**Exercise objective**
Take the records below and retype them line by line, from the first line through the one containing "line L1 (22.5, -22.5) -> (22.5, 22.5)"; stop there.

Top of Exercise data

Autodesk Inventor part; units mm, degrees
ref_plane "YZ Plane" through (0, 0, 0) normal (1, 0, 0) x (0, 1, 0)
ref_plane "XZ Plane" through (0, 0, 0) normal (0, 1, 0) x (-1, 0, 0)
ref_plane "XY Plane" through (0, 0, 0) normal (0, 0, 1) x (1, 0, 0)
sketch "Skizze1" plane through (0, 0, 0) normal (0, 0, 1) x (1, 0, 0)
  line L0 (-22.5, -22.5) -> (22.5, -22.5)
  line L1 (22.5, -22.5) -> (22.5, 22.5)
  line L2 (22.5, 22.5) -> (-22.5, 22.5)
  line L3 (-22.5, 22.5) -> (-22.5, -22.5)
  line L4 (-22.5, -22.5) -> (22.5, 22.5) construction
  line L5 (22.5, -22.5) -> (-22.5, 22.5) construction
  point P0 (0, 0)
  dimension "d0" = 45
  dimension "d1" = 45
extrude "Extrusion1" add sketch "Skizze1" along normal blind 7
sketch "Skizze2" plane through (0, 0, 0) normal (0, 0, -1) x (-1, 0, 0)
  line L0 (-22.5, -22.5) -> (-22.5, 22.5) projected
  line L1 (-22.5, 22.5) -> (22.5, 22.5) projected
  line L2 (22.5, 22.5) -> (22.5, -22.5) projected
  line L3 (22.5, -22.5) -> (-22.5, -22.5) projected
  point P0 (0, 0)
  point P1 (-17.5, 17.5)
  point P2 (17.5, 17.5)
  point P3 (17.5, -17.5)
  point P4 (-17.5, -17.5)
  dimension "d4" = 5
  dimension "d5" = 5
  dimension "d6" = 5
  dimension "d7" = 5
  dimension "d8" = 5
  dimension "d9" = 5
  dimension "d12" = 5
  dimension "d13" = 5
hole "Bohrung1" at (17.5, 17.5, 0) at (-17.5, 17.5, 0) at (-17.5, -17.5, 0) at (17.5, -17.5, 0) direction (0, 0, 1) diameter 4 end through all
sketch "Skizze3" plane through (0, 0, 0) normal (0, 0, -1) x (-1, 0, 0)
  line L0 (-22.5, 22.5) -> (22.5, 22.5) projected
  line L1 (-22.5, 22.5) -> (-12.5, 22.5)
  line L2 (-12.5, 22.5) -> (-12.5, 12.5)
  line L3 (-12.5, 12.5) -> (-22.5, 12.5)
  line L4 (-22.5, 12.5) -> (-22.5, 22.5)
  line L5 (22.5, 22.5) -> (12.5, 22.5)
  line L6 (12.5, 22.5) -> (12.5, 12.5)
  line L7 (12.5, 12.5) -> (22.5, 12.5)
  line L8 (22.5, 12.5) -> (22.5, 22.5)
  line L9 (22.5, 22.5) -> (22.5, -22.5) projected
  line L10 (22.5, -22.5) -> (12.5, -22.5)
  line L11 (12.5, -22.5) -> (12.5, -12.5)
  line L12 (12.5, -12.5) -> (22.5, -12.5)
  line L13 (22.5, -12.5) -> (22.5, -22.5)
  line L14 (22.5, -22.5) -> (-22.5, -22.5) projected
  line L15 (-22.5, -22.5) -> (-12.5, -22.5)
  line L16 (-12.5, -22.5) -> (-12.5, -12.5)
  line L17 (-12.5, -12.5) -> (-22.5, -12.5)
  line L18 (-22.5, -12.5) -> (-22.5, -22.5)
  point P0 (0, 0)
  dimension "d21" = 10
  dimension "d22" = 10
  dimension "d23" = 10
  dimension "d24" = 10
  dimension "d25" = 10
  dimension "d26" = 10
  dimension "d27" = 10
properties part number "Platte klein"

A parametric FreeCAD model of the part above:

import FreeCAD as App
import Part
import Sketcher
from FreeCAD import Vector
Q = App.Units.Quantity


def add_polygon(sketch, points):
    """Adds a closed chain of lines whose ends are joined by coincident constraints."""
    first, n = sketch.GeometryCount, len(points)
    for a, b in zip(points, points[1:] + points[:1]):
        sketch.addGeometry(Part.LineSegment(App.Vector(*a, 0), App.Vector(*b, 0)), False)
    for i in range(n):
        sketch.addConstraint(Sketcher.Constraint("Coincident", first + i, 2, first + (i + 1) % n, 1))

doc = App.newDocument("Part")
body = doc.addObject("PartDesign::Body", "Body")

# Sketch on XY plane
sketch1 = body.newObject("Sketcher::SketchObject", "Sketch")
sketch1.AttachmentSupport = (doc.getObject("XY_Plane"), [""])
sketch1.MapMode = "FlatFace"
add_polygon(sketch1, [(-22, 22), (-22, -22), (22, -22), (22, 22)])  # lines 0-3
sketch1.addConstraint([
    Sketcher.Constraint("Vertical", 0),
    Sketcher.Constraint("Horizontal", 1),
    Sketcher.Constraint("Vertical", 2),
    Sketcher.Constraint("Horizontal", 3),
    Sketcher.Constraint("Symmetric", 0, 2, 2, 2, -1, 1),
    Sketcher.Constraint("Equal", 3, 0),
    Sketcher.Constraint("DistanceX", 1, 1, 1, 2, Q("45 mm")),
])
pad1 = body.newObject("PartDesign::Pad", "Pad")
pad1.Profile = sketch1
pad1.Length = 7

# Sketch on XY plane
sketch2 = body.newObject("Sketcher::SketchObject", "Sketch001")
sketch2.AttachmentSupport = (doc.getObject("XY_Plane"), [""])
sketch2.MapMode = "FlatFace"
sketch2.addGeometry([
    Part.Circle(Vector(17.5, 17.5, 0), Vector(0, 0, 1), 2),
    Part.Circle(Vector(-17.5, 17.5, 0), Vector(0, 0, 1), 2),
    Part.Circle(Vector(-17.5, -17.5, 0), Vector(0, 0, 1), 2),
    Part.Circle(Vector(17.5, -17.5, 0), Vector(0, 0, 1), 2),
], False)
sketch2.addConstraint([
    Sketcher.Constraint("Equal", 0, 1),
    Sketcher.Constraint("Equal", 1, 2),
    Sketcher.Constraint("Equal", 2, 3),
    Sketcher.Constraint("Symmetric", 0, 3, 2, 3, -1, 1),
    Sketcher.Constraint("Symmetric", 1, 3, 3, 3, -1, 1),
    Sketcher.Constraint("Symmetric", 0, 3, 1, 3, -2),
    Sketcher.Constraint("Diameter", 0, Q("4 mm")),
    Sketcher.Constraint("DistanceX", 1, 3, 0, 3, Q("35 mm")),
    Sketcher.Constraint("DistanceY", 2, 3, 1, 3, Q("35 mm")),
])
doc.recompute()
hole = body.newObject("PartDesign::Hole", "Hole")
hole.Profile = sketch2
hole.ThreadType = "None"
hole.Diameter = 4
hole.DepthType = "ThroughAll"
hole.Reversed = True

doc.recompute()
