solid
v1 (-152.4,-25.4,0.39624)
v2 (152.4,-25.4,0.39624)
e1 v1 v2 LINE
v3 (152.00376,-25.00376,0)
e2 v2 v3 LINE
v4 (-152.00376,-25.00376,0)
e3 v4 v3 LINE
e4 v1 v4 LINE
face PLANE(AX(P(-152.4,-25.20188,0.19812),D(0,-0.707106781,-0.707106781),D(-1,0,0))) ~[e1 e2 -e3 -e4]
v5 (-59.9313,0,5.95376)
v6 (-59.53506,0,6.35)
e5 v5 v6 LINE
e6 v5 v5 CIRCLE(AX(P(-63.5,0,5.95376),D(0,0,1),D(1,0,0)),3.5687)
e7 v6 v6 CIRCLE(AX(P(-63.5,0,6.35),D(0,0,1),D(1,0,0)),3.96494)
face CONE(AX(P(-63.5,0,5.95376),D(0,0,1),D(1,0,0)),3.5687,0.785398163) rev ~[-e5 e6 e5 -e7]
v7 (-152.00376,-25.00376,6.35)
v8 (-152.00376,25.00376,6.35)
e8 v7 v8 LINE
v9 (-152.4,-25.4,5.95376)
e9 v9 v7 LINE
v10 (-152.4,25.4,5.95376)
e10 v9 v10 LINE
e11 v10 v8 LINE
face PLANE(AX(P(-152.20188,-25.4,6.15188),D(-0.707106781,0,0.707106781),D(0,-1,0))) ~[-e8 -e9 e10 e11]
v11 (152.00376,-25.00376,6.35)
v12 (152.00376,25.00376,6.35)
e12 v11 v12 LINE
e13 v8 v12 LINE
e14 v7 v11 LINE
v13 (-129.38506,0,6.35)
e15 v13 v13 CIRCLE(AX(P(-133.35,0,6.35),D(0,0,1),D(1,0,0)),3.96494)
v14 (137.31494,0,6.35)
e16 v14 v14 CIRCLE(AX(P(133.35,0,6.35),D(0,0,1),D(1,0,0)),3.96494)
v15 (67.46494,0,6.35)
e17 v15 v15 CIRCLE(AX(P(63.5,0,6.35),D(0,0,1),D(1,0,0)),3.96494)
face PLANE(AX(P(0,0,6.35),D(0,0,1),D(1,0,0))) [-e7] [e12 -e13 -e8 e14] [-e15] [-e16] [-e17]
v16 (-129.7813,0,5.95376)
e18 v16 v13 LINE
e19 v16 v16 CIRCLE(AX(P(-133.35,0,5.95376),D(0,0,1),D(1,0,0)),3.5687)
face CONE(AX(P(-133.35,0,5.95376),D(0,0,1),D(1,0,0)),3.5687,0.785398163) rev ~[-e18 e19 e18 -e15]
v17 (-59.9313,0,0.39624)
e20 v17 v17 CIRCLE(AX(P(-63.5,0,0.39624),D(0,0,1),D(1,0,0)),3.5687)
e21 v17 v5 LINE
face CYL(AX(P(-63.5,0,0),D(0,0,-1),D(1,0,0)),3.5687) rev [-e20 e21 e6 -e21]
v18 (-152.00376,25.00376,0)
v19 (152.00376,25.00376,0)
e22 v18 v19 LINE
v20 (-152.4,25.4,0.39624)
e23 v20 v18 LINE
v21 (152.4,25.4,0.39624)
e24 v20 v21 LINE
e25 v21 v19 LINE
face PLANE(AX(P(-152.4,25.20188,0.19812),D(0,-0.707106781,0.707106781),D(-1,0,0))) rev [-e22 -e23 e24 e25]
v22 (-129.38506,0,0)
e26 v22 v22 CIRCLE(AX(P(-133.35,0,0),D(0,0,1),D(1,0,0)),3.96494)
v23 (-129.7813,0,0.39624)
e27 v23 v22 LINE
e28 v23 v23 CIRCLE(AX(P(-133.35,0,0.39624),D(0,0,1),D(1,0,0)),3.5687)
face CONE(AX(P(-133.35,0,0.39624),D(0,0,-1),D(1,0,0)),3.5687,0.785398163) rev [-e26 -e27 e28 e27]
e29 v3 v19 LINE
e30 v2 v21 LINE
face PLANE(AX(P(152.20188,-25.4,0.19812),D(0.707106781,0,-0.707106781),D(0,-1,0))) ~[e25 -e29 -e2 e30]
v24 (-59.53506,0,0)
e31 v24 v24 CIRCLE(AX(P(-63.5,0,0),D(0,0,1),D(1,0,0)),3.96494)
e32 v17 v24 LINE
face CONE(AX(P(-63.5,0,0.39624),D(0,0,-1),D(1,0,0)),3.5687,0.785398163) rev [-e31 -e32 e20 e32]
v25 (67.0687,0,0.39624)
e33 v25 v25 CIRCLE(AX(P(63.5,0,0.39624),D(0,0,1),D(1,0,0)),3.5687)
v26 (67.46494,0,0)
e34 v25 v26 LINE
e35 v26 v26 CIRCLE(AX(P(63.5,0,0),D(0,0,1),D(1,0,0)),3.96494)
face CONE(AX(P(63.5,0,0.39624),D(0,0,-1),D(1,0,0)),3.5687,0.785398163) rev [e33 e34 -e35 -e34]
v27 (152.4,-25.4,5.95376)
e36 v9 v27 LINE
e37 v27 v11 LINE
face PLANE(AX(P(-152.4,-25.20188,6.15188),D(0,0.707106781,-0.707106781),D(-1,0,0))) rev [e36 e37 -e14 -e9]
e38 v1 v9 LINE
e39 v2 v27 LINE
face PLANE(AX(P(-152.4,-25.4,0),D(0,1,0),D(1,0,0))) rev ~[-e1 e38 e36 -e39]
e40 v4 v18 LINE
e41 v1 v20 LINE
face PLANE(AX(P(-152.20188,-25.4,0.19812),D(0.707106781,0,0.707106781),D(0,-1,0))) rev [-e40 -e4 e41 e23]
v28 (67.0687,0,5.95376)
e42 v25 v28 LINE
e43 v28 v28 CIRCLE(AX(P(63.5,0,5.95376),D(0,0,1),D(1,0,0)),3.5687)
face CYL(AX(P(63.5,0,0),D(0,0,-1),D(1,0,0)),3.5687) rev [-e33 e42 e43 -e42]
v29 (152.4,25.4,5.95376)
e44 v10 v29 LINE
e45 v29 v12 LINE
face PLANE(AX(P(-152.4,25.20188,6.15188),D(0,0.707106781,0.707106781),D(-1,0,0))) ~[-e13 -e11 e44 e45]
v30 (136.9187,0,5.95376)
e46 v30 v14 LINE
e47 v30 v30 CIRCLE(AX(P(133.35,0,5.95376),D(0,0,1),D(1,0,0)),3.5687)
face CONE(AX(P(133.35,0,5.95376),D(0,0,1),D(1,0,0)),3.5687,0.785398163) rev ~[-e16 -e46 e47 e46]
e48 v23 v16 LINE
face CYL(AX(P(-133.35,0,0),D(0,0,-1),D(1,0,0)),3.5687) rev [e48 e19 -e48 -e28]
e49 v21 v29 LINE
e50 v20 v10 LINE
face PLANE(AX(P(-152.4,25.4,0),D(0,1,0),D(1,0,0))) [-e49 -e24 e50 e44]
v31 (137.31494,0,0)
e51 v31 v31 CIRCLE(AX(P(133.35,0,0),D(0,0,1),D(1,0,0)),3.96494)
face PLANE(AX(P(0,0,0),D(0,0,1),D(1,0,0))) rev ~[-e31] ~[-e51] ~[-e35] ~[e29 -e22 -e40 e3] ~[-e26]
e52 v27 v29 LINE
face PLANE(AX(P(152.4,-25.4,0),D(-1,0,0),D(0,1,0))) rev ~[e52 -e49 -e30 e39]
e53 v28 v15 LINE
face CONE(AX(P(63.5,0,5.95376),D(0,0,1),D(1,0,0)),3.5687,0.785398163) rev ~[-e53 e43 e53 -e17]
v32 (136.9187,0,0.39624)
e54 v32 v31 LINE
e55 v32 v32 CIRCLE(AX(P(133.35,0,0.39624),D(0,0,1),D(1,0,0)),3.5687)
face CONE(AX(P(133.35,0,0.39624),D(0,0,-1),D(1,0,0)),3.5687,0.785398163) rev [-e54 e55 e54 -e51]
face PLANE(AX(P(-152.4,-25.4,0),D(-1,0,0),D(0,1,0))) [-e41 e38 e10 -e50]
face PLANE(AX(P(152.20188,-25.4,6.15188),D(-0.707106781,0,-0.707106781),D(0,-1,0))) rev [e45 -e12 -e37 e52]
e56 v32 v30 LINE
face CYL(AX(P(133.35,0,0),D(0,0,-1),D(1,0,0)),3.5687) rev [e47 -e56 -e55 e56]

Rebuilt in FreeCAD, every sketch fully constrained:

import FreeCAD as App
import Part
import Sketcher

V = App.Vector
Q = App.Units.Quantity


def edges_at(feature, points):
    """Names of the edges that pass closest to the given points."""
    edges = feature.Shape.Edges
    near = lambda p: min(range(len(edges)), key=lambda i: edges[i].distToShape(Part.Vertex(*p))[0])
    return sorted({f"Edge{near(p) + 1}" for p in points})


def add_polygon(sketch, points):
    """Adds a closed chain of lines whose ends are joined by coincident constraints."""
    first, n = sketch.GeometryCount, len(points)
    for a, b in zip(points, points[1:] + points[:1]):
        sketch.addGeometry(Part.LineSegment(App.Vector(*a, 0), App.Vector(*b, 0)), False)
    for i in range(n):
        sketch.addConstraint(Sketcher.Constraint("Coincident", first + i, 2, first + (i + 1) % n, 1))

doc = App.newDocument("Part")
body = doc.addObject("PartDesign::Body", "Body")

sketch1 = doc.addObject("Sketcher::SketchObject", "Sketch")
body.addObject(sketch1)
sketch1.AttachmentSupport = (doc.XY_Plane, [""])
sketch1.MapMode = "FlatFace"
add_polygon(sketch1, [(-152.4, 25.4), (-152.4, -25.4), (152.4, -25.4), (152.4, 25.4)])
sketch1.addGeometry(Part.Circle(V(-133.35, 0, 0), V(0, 0, 1), 3.5687), False)
sketch1.addGeometry(Part.Circle(V(-63.5, 0, 0), V(0, 0, 1), 3.5687), False)
sketch1.addGeometry(Part.Circle(V(63.5, 0, 0), V(0, 0, 1), 3.5687), False)
sketch1.addGeometry(Part.Circle(V(133.35, 0, 0), V(0, 0, 1), 3.5687), False)
sketch1.addConstraint([
    Sketcher.Constraint("Vertical", 0),
    Sketcher.Constraint("Horizontal", 1),
    Sketcher.Constraint("Vertical", 2),
    Sketcher.Constraint("Horizontal", 3),
    Sketcher.Constraint("Equal", 4, 5),
    Sketcher.Constraint("Equal", 5, 6),
    Sketcher.Constraint("Equal", 6, 7),
    Sketcher.Constraint("Symmetric", 5, 3, 6, 3, -1, 1),
    Sketcher.Constraint("Symmetric", 4, 3, 7, 3, -1, 1),
    Sketcher.Constraint("Symmetric", 0, 2, 2, 2, -1, 1),
    Sketcher.Constraint("PointOnObject", 4, 3, -1),
    Sketcher.Constraint("PointOnObject", 5, 3, -1),
    Sketcher.Constraint("DistanceX", 1, 1, 1, 2, Q("12 in")),
    Sketcher.Constraint("DistanceY", 0, 2, 0, 1, Q("2 in")),
    Sketcher.Constraint("Diameter", 4, Q("0.281 in")),
    Sketcher.Constraint("DistanceX", 5, 3, 6, 3, Q("5 in")),
    Sketcher.Constraint("DistanceX", 4, 3, 7, 3, Q("10.5 in")),
])
pad1 = doc.addObject("PartDesign::Pad", "Pad")
body.addObject(pad1)
pad1.Profile = sketch1
pad1.Length = Q("0.25 in")
doc.recompute()

chamfer = doc.addObject("PartDesign::Chamfer", "Chamfer")
body.addObject(chamfer)
chamfer.Base = (pad1, edges_at(pad1, [
    (152.4, 0, 0),
    (0, 25.4, 0),
    (-152.4, 0, 0),
    (0, -25.4, 0),
    (-136.919, 0, 0),
    (-67.069, 0, 0),
    (59.931, 0, 0),
    (129.781, 0, 0),
    (0, 25.4, 6.35),
    (152.4, 0, 6.35),
    (-152.4, 0, 6.35),
    (0, -25.4, 6.35),
    (-136.919, 0, 6.35),
    (-67.069, 0, 6.35),
    (59.931, 0, 6.35),
    (129.781, 0, 6.35),
]))
chamfer.Size = Q("0.0156 in")

doc.recompute()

Bottom of Exercise data

**Your solution**
Autodesk Inventor part; units mm, degrees
ref_plane "YZ Plane" through (0, 0, 0) normal (1, 0, 0) x (0, 1, 0)
ref_plane "XZ Plane" through (0, 0, 0) normal (0, 1, 0) x (-1, 0, 0)
ref_plane "XY Plane" through (0, 0, 0) normal (0, 0, 1) x (1, 0, 0)
sketch "Skizze1" plane through (0, 0, 0) normal (0, 0, 1) x (1, 0, 0)
  line L0 (-22.5, -22.5) -> (22.5, -22.5)
  line L1 (22.5, -22.5) -> (22.5, 22.5)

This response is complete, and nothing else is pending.